GraphSim

This is the repo for Learning-based Efficient Graph Similarity Computation via Multi-Scale Convolutional Set Matching (AAAI 2020), and Convolutional Set Matching for Graph Similarity. (NeurIPS 2018 Relational Representation Learning Workshop).

Data and Files

Get the data files <dataset>_result.zip and extract under data.

Get the pickle files <dataset>_<ged_or_mcs>_<algo>_gidpair_dist_map.pickle and put under save.

Get the (ground-truth and baseline) result files <dataset>_result.tar.gz and extract under result.

This repo only contains code and please download the above files from https://drive.google.com/drive/folders/1JcAgWKYC41687UeiLaFg-QlPmIpZvWhT?usp=sharing

Dependencies

Install the following the tools and packages:

  • python3: Assume python3 by default (use pip3 to install packages).
  • numpy
  • pandas
  • scipy
  • scikit-learn
  • tensorflow (1.8.0 recommended)
  • networkx==1.10 (NOT 2.1)
  • beautifulsoup4
  • lxml
  • matplotlib
  • seaborn
  • colour
  • pytz
  • requests
  • klepto
  • pygraphviz. The following is an example set of installation commands (tested on Ubuntu 16.04)
    sudo apt-get install graphviz libgraphviz-dev pkg-config
    pip3 install pygraphviz --install-option="--include-path=/usr/include/graphviz" --install-option="--library-path=/usr/lib/graphviz/"
    
  • Graph Edit Distance (GED):
  • Maximum Common Subgraph (MCS):
    • mccreesh2017
      • Obtain it through running cd src && git clone https://github.com/yunshengb/mccreesh2017.git
      • Put under /model/mcs/
      • Need g++ compiler
      • Compile the binary called mcsp in model/mcs/mccreesh2017/code/james-cpp and put the binary in model/mcs/mccreesh2017

Reference commands: sudo pip3 install numpy pandas scipy scikit-learn tensorflow networkx==1.10 beautifulsoup4 lxml matplotlib seaborn colour pytz requests klepto

Tips for PyCharm Users

  • If you see red lines under import, mark src and model/Siamese as Source Root, so that PyCharm can find those files.
  • Mark model/Siamese/logs and model/Siamese/exp as Excluded, so that PyCharm won't spend time inspecting those logs.

Run

Modify the configuration file model/Siamese/config.py, then run the model.

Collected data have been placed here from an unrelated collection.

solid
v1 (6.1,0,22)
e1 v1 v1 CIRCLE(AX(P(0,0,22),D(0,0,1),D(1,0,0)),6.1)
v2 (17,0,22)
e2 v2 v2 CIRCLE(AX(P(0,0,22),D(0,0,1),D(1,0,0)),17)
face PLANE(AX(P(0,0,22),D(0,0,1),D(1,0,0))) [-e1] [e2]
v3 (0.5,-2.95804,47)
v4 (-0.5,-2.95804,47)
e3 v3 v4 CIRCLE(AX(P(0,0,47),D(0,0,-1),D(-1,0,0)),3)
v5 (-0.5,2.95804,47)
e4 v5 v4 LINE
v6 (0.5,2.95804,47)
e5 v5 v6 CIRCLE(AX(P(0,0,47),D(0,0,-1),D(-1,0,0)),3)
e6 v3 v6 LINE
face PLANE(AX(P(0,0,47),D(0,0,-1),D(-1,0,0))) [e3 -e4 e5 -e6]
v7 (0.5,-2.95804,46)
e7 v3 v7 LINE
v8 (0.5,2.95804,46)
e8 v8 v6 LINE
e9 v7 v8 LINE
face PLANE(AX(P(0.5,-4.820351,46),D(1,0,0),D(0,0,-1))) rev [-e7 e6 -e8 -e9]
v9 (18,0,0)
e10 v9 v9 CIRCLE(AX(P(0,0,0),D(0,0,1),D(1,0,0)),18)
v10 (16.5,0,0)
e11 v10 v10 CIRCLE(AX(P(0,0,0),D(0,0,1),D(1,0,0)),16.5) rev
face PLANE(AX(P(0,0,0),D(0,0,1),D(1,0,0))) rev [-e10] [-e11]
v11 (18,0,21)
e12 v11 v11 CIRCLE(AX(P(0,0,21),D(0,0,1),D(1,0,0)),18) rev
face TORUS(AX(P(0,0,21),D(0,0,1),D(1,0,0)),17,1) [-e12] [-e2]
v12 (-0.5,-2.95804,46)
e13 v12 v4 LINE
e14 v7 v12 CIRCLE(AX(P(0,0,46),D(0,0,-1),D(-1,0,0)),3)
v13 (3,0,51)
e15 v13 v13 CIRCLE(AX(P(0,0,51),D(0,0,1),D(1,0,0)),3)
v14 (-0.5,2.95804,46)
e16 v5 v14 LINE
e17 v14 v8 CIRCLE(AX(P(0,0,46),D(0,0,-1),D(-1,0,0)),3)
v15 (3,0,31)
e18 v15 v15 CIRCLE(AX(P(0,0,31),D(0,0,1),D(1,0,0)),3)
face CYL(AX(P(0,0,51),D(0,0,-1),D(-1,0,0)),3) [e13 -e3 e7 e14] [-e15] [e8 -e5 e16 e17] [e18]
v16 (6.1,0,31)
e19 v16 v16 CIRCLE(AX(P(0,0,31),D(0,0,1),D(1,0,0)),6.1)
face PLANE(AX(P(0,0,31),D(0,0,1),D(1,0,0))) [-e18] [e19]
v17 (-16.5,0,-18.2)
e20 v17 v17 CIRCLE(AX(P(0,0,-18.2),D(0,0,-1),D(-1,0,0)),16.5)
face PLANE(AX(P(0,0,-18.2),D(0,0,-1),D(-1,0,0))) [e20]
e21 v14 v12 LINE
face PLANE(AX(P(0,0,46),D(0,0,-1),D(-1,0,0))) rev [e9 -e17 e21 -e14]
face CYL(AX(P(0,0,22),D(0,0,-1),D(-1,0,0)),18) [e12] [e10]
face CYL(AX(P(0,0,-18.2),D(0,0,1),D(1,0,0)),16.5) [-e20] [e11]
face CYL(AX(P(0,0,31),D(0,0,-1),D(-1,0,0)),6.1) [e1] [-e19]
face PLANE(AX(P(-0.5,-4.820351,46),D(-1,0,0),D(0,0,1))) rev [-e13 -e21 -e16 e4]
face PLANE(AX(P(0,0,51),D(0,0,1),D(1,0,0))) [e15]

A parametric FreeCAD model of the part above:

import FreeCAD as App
import Part
import Sketcher

V = App.Vector


def edges_at(feature, points):
    """Names of the edges that pass closest to the given points."""
    edges = feature.Shape.Edges
    near = lambda p: min(range(len(edges)), key=lambda i: edges[i].distToShape(Part.Vertex(*p))[0])
    return sorted({f"Edge{near(p) + 1}" for p in points})


def add_polygon(sketch, points):
    """Adds a closed chain of lines whose ends are joined by coincident constraints."""
    first, n = sketch.GeometryCount, len(points)
    for a, b in zip(points, points[1:] + points[:1]):
        sketch.addGeometry(Part.LineSegment(App.Vector(*a, 0), App.Vector(*b, 0)), False)
    for i in range(n):
        sketch.addConstraint(Sketcher.Constraint("Coincident", first + i, 2, first + (i + 1) % n, 1))

doc = App.newDocument("Part")
body = doc.addObject("PartDesign::Body", "Body")

sketch1 = body.newObject("Sketcher::SketchObject", "Sketch")
sketch1.AttachmentSupport = (doc.getObject("XY_Plane"), [""])
sketch1.MapMode = "FlatFace"
sketch1.addGeometry(Part.Circle(V(0, 0, 0), V(0, 0, 1), 18), False)
sketch1.addConstraint(Sketcher.Constraint("Coincident", 0, 3, -1, 1))
sketch1.addConstraint(Sketcher.Constraint("Diameter", 0, 36.0))
pad1 = body.newObject("PartDesign::Pad", "Pad")
pad1.Profile = sketch1
pad1.Length = 22

sketch2 = body.newObject("Sketcher::SketchObject", "Sketch001")
sketch2.AttachmentSupport = (doc.getObject("XY_Plane"), [""])
sketch2.MapMode = "FlatFace"
sketch2.AttachmentOffset = App.Placement(V(0, 0, 22), App.Rotation())
sketch2.addGeometry(Part.Circle(V(0, 0, 0), V(0, 0, 1), 6.1), False)
sketch2.addConstraint(Sketcher.Constraint("Coincident", 0, 3, -1, 1))
sketch2.addConstraint(Sketcher.Constraint("Diameter", 0, 12.2))
pad2 = body.newObject("PartDesign::Pad", "Pad001")
pad2.Profile = sketch2
pad2.Length = 9

sketch3 = body.newObject("Sketcher::SketchObject", "Sketch002")
sketch3.AttachmentSupport = (doc.getObject("XY_Plane"), [""])
sketch3.MapMode = "FlatFace"
sketch3.AttachmentOffset = App.Placement(V(0, 0, 31), App.Rotation())
sketch3.addGeometry(Part.Circle(V(0, 0, 0), V(0, 0, 1), 3), False)
sketch3.addConstraint(Sketcher.Constraint("Coincident", 0, 3, -1, 1))
sketch3.addConstraint(Sketcher.Constraint("Diameter", 0, 6.0))
pad3 = body.newObject("PartDesign::Pad", "Pad002")
pad3.Profile = sketch3
pad3.Length = 20

sketch4 = body.newObject("Sketcher::SketchObject", "Sketch003")
sketch4.AttachmentSupport = (doc.getObject("XY_Plane"), [""])
sketch4.MapMode = "FlatFace"
sketch4.addGeometry(Part.Circle(V(0, 0, 0), V(0, 0, 1), 16.5), False)
sketch4.addConstraint(Sketcher.Constraint("Coincident", 0, 3, -1, 1))
sketch4.addConstraint(Sketcher.Constraint("Diameter", 0, 33.0))
pad4 = body.newObject("PartDesign::Pad", "Pad003")
pad4.Profile = sketch4
pad4.Length = 18.2
pad4.Reversed = True
doc.recompute()

fillet = body.newObject("PartDesign::Fillet", "Fillet")
fillet.Base = (pad4, edges_at(pad4, [(-18, 0, 22)]))
fillet.Radius = 1

sketch5 = body.newObject("Sketcher::SketchObject", "Sketch004")
sketch5.AttachmentSupport = (doc.getObject("XY_Plane"), [""])
sketch5.MapMode = "FlatFace"
sketch5.AttachmentOffset = App.Placement(V(0, 0, 47), App.Rotation())
add_polygon(sketch5, [(-0.5, 4.820351), (-0.5, -4.820351), (0.5, -4.820351), (0.5, 4.820351)])
sketch5.addConstraint(Sketcher.Constraint("Vertical", 0))
sketch5.addConstraint(Sketcher.Constraint("Horizontal", 1))
sketch5.addConstraint(Sketcher.Constraint("Vertical", 2))
sketch5.addConstraint(Sketcher.Constraint("Horizontal", 3))
sketch5.addConstraint(Sketcher.Constraint("Symmetric", 0, 2, 2, 2, -1, 1))
sketch5.addConstraint(Sketcher.Constraint("DistanceX", 1, 1, 1, 2, 1.0))
sketch5.addConstraint(Sketcher.Constraint("DistanceY", 0, 2, 0, 1, 9.640703))
pocket1 = body.newObject("PartDesign::Pocket", "Pocket")
pocket1.Profile = sketch5
pocket1.Length = 1

doc.recompute()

Example commands to run our model:

cd model/Siamese
python3.5 run.py 

The model's results are saved under model/Siamese/logs. To check prec@k, etc., use model/Siamese/extract_prec.py.

How to create your own datasets?

Define your data object in src/data.py and src/utils.py.

Run the GED/MCS solver(s) on your datasets using src/exp.py (exp1). Notice that you need to set up the GED/MCS solver(s) according to the Dependencies above. The results are saved under result/.

Load your dataset into the model by modifying model/Siamese/config.py and run the model as described above.